FILE - In this Aug. 20, 2009 file photo, Libyan Abdel Baset al-Megrahi, who was found guilty of the 1988 Lockerbie bombing, gestures on his arrival at an airport in Tripoli, Libya.   Abdel Baset al-Megrahi, a Libyan intelligence officer who was the only person ever convicted in the 1988 Lockerbie bombing, died Sunday May 20, 2012 nearly three years after he was released from a Scottish prison to the outrage of the relatives of the attack's 270 victims. He was 60.(AP Photo/File)
FILE - In this Aug. 20, 2009 file photo, Libyan Abdel Baset al-Megrahi, who was found guilty of the 1988 Lockerbie bombing, gestures on his arrival at an airport in Tripoli, Libya. Abdel Baset al-Megrahi, a Libyan intelligence officer who was the only person ever convicted in the 1988 Lockerbie bombing, died Sunday May 20, 2012 nearly three years after he was released from a Scottish prison to the outrage of the relatives of the attack's 270 victims. He was 60.(AP Photo/File)Read moreASSOCIATED PRESS

TRIPOLI, Libya - Abdel Baset al-Megrahi, a former Libyan intelligence officer who was the only person ever convicted in the 1988 Lockerbie bombing, died Sunday at home in Tripoli, nearly three years after he was released from a Scottish prison to the outrage of the relatives of the attack's 270 victims. He was 60.

Scotland released Megrahi on Aug. 20, 2009, on compassionate grounds, allowing him to return home to die after he had been diagnosed with prostate cancer. At the time, doctors predicted he had only three months to live.

Anger over the release was further stoked by the hero's welcome he received on his arrival in Libya - and by subsequent allegations that London had sought his release to preserve business interests in the oil-rich North African nation, strongly denied by British and Scottish leaders.

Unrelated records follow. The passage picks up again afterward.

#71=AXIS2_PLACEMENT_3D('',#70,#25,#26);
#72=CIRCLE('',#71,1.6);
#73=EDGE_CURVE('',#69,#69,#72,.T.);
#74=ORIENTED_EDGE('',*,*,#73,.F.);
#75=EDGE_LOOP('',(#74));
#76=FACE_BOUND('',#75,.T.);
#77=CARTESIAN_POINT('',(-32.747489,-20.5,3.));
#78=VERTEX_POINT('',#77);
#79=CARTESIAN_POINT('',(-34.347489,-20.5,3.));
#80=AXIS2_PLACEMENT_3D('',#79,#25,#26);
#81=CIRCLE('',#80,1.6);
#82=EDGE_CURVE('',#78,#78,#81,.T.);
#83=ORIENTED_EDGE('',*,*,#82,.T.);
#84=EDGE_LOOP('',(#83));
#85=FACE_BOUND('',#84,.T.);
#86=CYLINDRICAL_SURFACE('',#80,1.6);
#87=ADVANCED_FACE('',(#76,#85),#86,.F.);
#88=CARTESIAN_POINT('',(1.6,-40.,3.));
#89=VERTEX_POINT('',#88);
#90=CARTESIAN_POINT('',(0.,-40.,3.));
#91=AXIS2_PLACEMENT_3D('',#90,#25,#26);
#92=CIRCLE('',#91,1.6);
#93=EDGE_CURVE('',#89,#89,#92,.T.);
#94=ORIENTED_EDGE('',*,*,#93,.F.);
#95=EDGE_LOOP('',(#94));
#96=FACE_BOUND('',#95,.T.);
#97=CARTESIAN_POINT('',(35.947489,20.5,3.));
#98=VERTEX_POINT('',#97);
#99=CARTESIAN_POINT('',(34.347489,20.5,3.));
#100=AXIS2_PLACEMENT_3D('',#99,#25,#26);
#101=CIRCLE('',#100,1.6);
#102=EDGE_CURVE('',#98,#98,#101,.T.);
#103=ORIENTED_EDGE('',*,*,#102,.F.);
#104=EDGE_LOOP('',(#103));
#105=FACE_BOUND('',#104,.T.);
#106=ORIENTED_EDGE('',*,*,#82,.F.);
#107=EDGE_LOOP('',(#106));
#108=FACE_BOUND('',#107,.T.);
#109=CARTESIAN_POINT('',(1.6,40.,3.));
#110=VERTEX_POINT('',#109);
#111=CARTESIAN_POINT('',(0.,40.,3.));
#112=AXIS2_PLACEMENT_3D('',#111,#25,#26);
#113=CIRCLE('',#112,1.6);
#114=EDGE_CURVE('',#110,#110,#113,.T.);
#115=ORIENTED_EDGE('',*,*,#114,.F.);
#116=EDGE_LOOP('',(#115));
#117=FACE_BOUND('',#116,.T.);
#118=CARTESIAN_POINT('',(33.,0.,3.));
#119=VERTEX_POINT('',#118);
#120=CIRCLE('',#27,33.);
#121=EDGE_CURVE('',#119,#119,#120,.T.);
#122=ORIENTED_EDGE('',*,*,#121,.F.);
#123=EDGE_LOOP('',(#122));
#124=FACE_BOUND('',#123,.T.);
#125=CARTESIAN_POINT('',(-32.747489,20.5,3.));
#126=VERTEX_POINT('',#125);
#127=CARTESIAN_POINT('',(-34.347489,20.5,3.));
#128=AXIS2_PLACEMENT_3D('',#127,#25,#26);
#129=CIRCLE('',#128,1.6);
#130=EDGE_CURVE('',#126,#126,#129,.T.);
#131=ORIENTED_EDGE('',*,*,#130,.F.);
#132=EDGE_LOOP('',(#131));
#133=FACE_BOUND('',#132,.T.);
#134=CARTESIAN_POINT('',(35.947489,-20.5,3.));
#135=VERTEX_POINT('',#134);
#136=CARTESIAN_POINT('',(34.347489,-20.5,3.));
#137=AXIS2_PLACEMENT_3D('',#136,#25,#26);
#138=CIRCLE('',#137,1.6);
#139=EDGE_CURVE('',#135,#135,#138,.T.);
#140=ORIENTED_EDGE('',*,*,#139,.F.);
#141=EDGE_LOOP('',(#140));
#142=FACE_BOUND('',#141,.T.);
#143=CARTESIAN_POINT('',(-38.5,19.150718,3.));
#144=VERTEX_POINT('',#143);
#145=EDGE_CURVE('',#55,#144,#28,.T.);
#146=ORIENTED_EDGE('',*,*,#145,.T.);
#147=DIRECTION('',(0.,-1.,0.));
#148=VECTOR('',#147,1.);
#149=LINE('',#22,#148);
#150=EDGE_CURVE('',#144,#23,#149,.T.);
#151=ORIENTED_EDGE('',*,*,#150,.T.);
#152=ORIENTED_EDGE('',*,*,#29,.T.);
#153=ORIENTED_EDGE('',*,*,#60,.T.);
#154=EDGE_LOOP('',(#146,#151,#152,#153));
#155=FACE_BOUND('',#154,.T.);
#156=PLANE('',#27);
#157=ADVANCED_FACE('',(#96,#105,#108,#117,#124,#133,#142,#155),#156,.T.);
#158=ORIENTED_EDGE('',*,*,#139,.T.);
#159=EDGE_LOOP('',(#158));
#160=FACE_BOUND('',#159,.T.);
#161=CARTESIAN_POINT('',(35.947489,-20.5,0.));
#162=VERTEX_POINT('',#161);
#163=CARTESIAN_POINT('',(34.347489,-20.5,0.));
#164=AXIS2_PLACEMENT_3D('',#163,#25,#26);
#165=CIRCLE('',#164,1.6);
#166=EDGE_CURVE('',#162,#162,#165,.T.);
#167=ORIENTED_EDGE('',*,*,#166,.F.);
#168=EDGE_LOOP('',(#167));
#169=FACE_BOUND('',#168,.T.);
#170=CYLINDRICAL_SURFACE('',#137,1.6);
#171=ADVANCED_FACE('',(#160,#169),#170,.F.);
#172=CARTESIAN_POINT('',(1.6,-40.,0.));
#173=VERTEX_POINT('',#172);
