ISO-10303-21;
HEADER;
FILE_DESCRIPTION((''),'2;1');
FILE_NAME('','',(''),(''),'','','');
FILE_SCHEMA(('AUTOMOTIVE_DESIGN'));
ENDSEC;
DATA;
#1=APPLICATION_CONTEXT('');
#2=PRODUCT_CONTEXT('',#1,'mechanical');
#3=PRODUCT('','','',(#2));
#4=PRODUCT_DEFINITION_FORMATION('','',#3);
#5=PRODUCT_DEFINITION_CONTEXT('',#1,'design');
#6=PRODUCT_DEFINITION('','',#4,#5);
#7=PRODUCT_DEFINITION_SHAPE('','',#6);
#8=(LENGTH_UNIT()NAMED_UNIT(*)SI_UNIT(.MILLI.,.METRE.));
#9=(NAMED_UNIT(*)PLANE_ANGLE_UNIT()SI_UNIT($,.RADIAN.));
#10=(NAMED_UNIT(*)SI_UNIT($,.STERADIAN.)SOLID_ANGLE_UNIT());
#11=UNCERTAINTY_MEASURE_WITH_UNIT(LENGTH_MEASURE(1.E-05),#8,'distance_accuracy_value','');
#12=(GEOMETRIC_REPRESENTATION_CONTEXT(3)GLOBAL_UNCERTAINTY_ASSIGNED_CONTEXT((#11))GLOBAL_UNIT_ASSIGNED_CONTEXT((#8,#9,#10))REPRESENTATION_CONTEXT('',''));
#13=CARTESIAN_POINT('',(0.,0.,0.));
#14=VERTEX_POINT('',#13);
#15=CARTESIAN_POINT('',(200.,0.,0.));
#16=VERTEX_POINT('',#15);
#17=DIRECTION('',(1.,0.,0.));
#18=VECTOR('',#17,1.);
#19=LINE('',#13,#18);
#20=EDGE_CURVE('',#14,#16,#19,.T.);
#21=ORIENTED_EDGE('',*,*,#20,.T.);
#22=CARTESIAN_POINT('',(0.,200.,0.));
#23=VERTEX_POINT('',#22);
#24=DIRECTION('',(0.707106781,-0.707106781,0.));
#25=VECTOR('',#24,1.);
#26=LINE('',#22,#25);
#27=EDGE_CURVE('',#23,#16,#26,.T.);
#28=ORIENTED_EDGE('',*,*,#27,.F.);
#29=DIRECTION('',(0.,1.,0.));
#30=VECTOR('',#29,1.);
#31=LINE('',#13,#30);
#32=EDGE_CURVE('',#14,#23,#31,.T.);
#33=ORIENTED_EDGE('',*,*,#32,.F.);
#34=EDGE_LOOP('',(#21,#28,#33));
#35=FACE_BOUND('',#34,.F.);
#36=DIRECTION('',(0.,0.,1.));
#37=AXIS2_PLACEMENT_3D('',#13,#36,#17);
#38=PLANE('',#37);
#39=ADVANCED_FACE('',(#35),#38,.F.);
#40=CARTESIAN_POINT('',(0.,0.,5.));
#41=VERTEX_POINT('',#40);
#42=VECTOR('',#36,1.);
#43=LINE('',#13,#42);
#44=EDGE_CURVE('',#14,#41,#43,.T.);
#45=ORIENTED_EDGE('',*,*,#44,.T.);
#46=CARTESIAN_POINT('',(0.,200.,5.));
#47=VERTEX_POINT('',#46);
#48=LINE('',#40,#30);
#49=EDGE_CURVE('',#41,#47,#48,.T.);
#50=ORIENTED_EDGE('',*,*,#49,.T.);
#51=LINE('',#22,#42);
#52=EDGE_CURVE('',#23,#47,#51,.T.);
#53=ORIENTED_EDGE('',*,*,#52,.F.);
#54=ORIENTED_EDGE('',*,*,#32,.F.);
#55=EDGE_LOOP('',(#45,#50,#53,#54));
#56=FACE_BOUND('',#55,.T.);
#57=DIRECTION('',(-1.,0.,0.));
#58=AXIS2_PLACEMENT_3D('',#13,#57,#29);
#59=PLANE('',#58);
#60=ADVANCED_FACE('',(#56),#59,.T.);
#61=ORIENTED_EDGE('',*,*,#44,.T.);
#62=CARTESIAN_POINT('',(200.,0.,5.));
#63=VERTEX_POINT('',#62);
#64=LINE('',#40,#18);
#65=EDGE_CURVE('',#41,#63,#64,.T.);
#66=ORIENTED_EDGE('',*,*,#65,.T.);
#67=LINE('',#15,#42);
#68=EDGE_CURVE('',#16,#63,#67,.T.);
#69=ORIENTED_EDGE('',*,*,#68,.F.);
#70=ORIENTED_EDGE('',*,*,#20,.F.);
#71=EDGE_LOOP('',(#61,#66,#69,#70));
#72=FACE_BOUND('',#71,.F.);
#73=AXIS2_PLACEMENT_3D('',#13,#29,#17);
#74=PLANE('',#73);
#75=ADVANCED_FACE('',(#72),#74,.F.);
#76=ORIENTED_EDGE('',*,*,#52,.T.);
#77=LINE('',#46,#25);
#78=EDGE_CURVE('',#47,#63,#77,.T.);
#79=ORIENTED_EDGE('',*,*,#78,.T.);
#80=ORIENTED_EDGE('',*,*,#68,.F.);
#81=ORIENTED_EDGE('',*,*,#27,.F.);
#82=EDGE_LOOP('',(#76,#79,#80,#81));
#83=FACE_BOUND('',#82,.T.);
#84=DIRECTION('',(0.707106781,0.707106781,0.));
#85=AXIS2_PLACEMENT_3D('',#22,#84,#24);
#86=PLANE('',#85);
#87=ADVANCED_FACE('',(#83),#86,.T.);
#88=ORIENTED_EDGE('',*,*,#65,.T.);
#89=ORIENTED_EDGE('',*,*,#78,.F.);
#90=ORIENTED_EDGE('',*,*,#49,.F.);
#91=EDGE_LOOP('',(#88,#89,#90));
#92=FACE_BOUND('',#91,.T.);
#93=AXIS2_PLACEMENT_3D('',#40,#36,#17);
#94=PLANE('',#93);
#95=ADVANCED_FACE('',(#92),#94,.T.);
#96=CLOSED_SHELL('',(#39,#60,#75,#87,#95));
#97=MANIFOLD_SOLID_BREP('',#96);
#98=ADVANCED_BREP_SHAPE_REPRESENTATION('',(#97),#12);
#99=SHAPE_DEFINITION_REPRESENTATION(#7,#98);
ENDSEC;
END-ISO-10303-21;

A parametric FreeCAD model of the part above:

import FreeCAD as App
import Part
import Sketcher
from FreeCAD import Vector
Q = App.Units.Quantity

doc = App.newDocument("Part")
body = doc.addObject("PartDesign::Body", "Body")

# Sketch on XY plane
sketch1 = doc.addObject("Sketcher::SketchObject", "Sketch")
body.addObject(sketch1)
sketch1.AttachmentSupport = (doc.XY_Plane, [""])
sketch1.MapMode = "FlatFace"
sketch1.addGeometry([
    Part.LineSegment(Vector(0, 200, 0), Vector(0, 0, 0)),
    Part.LineSegment(Vector(0, 0, 0), Vector(200, 0, 0)),
    Part.LineSegment(Vector(200, 0, 0), Vector(0, 200, 0)),
], False)
sketch1.addConstraint([
    Sketcher.Constraint("Coincident", 0, 2, 1, 1),
    Sketcher.Constraint("Coincident", 1, 2, 2, 1),
    Sketcher.Constraint("Coincident", 2, 2, 0, 1),
    Sketcher.Constraint("Vertical", 0),
    Sketcher.Constraint("Horizontal", 1),
    Sketcher.Constraint("Coincident", 0, 2, -1, 1),
    Sketcher.Constraint("Equal", 1, 0),
    Sketcher.Constraint("DistanceX", 1, 1, 1, 2, Q("200 mm")),
])
pad1 = doc.addObject("PartDesign::Pad", "Pad")
body.addObject(pad1)
pad1.Profile = sketch1
pad1.Length = 5

doc.recompute()
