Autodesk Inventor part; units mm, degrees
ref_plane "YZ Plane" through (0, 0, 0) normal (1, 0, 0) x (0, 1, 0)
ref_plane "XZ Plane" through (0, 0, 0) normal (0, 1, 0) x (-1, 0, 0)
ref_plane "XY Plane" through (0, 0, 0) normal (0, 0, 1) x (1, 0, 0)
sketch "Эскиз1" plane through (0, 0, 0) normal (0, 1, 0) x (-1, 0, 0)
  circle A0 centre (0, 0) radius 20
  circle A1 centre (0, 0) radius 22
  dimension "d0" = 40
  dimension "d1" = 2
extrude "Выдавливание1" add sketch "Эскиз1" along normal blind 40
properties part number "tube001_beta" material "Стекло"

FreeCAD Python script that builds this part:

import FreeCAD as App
import Part
import Sketcher
Q = App.Units.Quantity

doc = App.newDocument("Part")
body = doc.addObject("PartDesign::Body", "Body")

sketch1 = body.newObject("Sketcher::SketchObject", "Sketch")
sketch1.AttachmentSupport = (doc.getObject("XZ_Plane"), [""])
sketch1.MapMode = "FlatFace"
sketch1.addGeometry([
    Part.Circle(App.Vector(0, 0, 0), App.Vector(0, 0, 1), 22),
    Part.Circle(App.Vector(0, 0, 0), App.Vector(0, 0, 1), 20),
], False)
sketch1.addConstraint([
    Sketcher.Constraint("Coincident", 0, 3, -1, 1),
    Sketcher.Constraint("Coincident", 1, 3, -1, 1),
    Sketcher.Constraint("Diameter", 1, Q("40 mm")),
    Sketcher.Constraint("Diameter", 0, Q("44 mm")),
])
pad1 = body.newObject("PartDesign::Pad", "Pad")
pad1.Profile = sketch1
pad1.Length = 40
pad1.Reversed = True

doc.recompute()
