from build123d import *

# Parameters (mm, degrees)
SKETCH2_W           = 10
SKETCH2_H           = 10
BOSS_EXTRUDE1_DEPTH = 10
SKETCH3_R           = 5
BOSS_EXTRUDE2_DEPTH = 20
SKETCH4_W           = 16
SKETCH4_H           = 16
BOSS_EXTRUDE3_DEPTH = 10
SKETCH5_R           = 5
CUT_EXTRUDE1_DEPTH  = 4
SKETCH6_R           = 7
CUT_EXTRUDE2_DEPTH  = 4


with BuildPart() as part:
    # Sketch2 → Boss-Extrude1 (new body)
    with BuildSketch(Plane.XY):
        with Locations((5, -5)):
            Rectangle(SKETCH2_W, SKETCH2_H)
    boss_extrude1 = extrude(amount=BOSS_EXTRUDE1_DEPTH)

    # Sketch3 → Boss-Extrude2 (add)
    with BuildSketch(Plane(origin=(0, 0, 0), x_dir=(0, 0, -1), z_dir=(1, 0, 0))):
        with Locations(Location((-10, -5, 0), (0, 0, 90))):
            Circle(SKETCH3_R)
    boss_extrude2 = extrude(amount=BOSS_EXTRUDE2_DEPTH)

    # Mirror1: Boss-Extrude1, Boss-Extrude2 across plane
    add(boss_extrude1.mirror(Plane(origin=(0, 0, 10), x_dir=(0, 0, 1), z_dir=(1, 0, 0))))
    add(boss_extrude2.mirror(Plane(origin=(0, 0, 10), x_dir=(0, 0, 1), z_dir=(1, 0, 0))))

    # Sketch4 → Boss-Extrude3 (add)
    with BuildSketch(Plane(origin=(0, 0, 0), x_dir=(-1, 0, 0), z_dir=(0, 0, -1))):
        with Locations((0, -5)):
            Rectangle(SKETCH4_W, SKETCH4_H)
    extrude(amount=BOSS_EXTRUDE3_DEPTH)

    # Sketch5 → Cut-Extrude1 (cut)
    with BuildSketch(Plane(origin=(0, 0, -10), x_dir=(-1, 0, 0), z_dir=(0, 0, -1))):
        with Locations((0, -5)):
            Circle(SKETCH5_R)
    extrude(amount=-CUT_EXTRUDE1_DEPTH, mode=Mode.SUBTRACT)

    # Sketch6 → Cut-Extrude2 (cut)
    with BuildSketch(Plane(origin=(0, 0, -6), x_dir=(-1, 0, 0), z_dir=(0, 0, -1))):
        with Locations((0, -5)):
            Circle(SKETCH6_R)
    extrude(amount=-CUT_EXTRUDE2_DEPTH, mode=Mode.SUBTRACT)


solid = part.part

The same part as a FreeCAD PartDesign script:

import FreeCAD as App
import Part
import Sketcher
Q = App.Units.Quantity


def add_polygon(sketch, points):
    """Adds a closed chain of lines whose ends are joined by coincident constraints."""
    first, n = sketch.GeometryCount, len(points)
    for a, b in zip(points, points[1:] + points[:1]):
        sketch.addGeometry(Part.LineSegment(App.Vector(*a, 0), App.Vector(*b, 0)), False)
    for i in range(n):
        sketch.addConstraint(Sketcher.Constraint("Coincident", first + i, 2, first + (i + 1) % n, 1))

doc = App.newDocument("Part")
params = doc.addObject("Spreadsheet::Sheet", "Params")
for row, (alias, value) in enumerate([
    ("sketch1_width", "10 mm"),
    ("pad1_length", "10 mm"),
    ("sketch2_diameter", "10 mm"),
    ("pad2_length", "20 mm"),
    ("sketch3_width", "16 mm"),
    ("pad3_length", "10 mm"),
    ("sketch4_diameter", "10 mm"),
    ("pocket1_length", "4 mm"),
    ("sketch5_diameter", "14 mm"),
    ("pocket2_length", "4 mm"),
], start=1):
    params.set(f"A{row}", alias)
    params.set(f"B{row}", "=" + value)
    params.setAlias(f"B{row}", alias)

body = doc.addObject("PartDesign::Body", "Body")

sketch1 = body.newObject("Sketcher::SketchObject", "Sketch")
sketch1.AttachmentSupport = (doc.getObject("XY_Plane"), [""])
sketch1.MapMode = "FlatFace"
add_polygon(sketch1, [(0, 0), (0, -10), (10, -10), (10, 0)])
sketch1.addConstraint([
    Sketcher.Constraint("Vertical", 0),
    Sketcher.Constraint("Horizontal", 1),
    Sketcher.Constraint("Vertical", 2),
    Sketcher.Constraint("Horizontal", 3),
    Sketcher.Constraint("Coincident", 3, 2, -1, 1),
    Sketcher.Constraint("Equal", 3, 0),
    Sketcher.Constraint("DistanceX", 1, 1, 1, 2, Q("10 mm")),
])
sketch1.setExpression("Constraints[10]", "Params.sketch1_width")
pad1 = body.newObject("PartDesign::Pad", "Pad")
pad1.Profile = sketch1
pad1.setExpression("Length", "Params.pad1_length")

sketch2 = body.newObject("Sketcher::SketchObject", "Sketch001")
sketch2.AttachmentSupport = (doc.getObject("YZ_Plane"), [""])
sketch2.MapMode = "FlatFace"
sketch2.addGeometry(Part.Circle(App.Vector(-5, 10, 0), App.Vector(0, 0, 1), 5), False)
sketch2.addConstraint([
    Sketcher.Constraint("Diameter", 0, Q("10 mm")),
    Sketcher.Constraint("DistanceX", 0, 3, -1, 1, Q("5 mm")),
    Sketcher.Constraint("DistanceY", -1, 1, 0, 3, Q("10 mm")),
])
sketch2.setExpression("Constraints[0]", "Params.sketch2_diameter")
pad2 = body.newObject("PartDesign::Pad", "Pad001")
pad2.Profile = sketch2
pad2.setExpression("Length", "Params.pad2_length")
doc.recompute()

mirrored = body.newObject("PartDesign::Mirrored", "Mirrored")
mirrored.Originals = [pad1, pad2]
mirrored.MirrorPlane = (doc.getObject("YZ_Plane"), [""])
body.Tip = mirrored

sketch3 = body.newObject("Sketcher::SketchObject", "Sketch002")
sketch3.AttachmentSupport = (doc.getObject("XY_Plane"), [""])
sketch3.MapMode = "FlatFace"
add_polygon(sketch3, [(8, 3), (8, -13), (-8, -13), (-8, 3)])
sketch3.addConstraint([
    Sketcher.Constraint("Vertical", 0),
    Sketcher.Constraint("Horizontal", 1),
    Sketcher.Constraint("Vertical", 2),
    Sketcher.Constraint("Horizontal", 3),
    Sketcher.Constraint("Equal", 3, 0),
    Sketcher.Constraint("DistanceX", 1, 2, 1, 1, Q("16 mm")),
    Sketcher.Constraint("DistanceX", -1, 1, 0, 2, Q("8 mm")),
    Sketcher.Constraint("DistanceY", 0, 2, -1, 1, Q("13 mm")),
])
sketch3.setExpression("Constraints[9]", "Params.sketch3_width")
pad3 = body.newObject("PartDesign::Pad", "Pad002")
pad3.Profile = sketch3
pad3.setExpression("Length", "Params.pad3_length")
pad3.Reversed = True

sketch4 = body.newObject("Sketcher::SketchObject", "Sketch003")
sketch4.AttachmentSupport = (doc.getObject("XY_Plane"), [""])
sketch4.MapMode = "FlatFace"
sketch4.AttachmentOffset = App.Placement(App.Vector(0, 0, -10), App.Rotation())
sketch4.addGeometry(Part.Circle(App.Vector(0, -5, 0), App.Vector(0, 0, 1), 5), False)
sketch4.addConstraint([
    Sketcher.Constraint("PointOnObject", 0, 3, -2),
    Sketcher.Constraint("Diameter", 0, Q("10 mm")),
    Sketcher.Constraint("DistanceY", 0, 3, -1, 1, Q("5 mm")),
])
sketch4.setExpression("Constraints[1]", "Params.sketch4_diameter")
pocket1 = body.newObject("PartDesign::Pocket", "Pocket")
pocket1.Profile = sketch4
pocket1.setExpression("Length", "Params.pocket1_length")
pocket1.Reversed = True

sketch5 = body.newObject("Sketcher::SketchObject", "Sketch004")
sketch5.AttachmentSupport = (doc.getObject("XY_Plane"), [""])
sketch5.MapMode = "FlatFace"
sketch5.AttachmentOffset = App.Placement(App.Vector(0, 0, -6), App.Rotation())
sketch5.addGeometry(Part.Circle(App.Vector(0, -5, 0), App.Vector(0, 0, 1), 7), False)
sketch5.addConstraint([
    Sketcher.Constraint("PointOnObject", 0, 3, -2),
    Sketcher.Constraint("Diameter", 0, Q("14 mm")),
    Sketcher.Constraint("DistanceY", 0, 3, -1, 1, Q("5 mm")),
])
sketch5.setExpression("Constraints[1]", "Params.sketch5_diameter")
pocket2 = body.newObject("PartDesign::Pocket", "Pocket001")
pocket2.Profile = sketch5
pocket2.setExpression("Length", "Params.pocket2_length")
pocket2.Reversed = True

doc.recompute()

Megrahi insisted he was innocent. He kept a strict silence after his release, living in the family villa surrounded by high walls in a posh Tripoli neighborhood, mostly bedridden or taking a few steps with a cane. Libyan authorities sealed him off from public access. When the one-year anniversary of his release passed, some who visited him said Megrahi bitterly mused that the world was rooting for him to die.

His son Khaled al-Megrahi confirmed in a telephone interview that his father had died, but hung up before giving additional details.

Saad Nasser al-Megrahi, a relative and a member of the ruling National Transitional Council, said that Megrahi's health had seriously deteriorated in recent days and that he died of cancer-related complications.

To the end, Megrahi insisted he had had nothing to do with the bombing, which killed 270 people, most of them Americans.

"I am an innocent man," Megrahi said in his last interview, published in December in several British papers. "I am about to die, and I ask now to be left in peace with my family."

The father of one of the Lockerbie victims said Megrahi's death was, "to a degree, a relief" and insisted that his 2009 release from jail had been a political deal.

"If he had been that bad three years ago, he wouldn't have lived this long. It was a political deal," said Glenn Johnson of Greensburg, Pa., whose daughter, Beth Ann Johnson, 21, was killed in the bombing.

Megrahi's death, seven months after ousted leader Moammar Gadhafi was killed, leaves many unanswered questions about the Lockerbie case, despite the conviction.

A spokesman for some British families who lost loved ones in the bombing said he always believed Megrahi was innocent.

"His death is to be deeply regretted," David Ben-Ayreah said. "As someone who attended the trial, I have never taken the view that Megrahi was guilty. Megrahi is the 271st victim of Lockerbie."

The United States, Britain, and prosecutors in his trial contended that he had not acted alone and that he had carried out the bombing at the behest of Libyan intelligence. After Gadhafi's fall, Britain asked Libya's new rulers to help fully investigate, but they put off any probe.

The bombing that blew up Pan Am Flight 103 on Dec. 21, 1988, over Lockerbie, Scotland, was one of the deadliest terror attacks in modern history. The flight was heading to New York from London's Heathrow Airport, and many of the victims were American college students flying home for Christmas.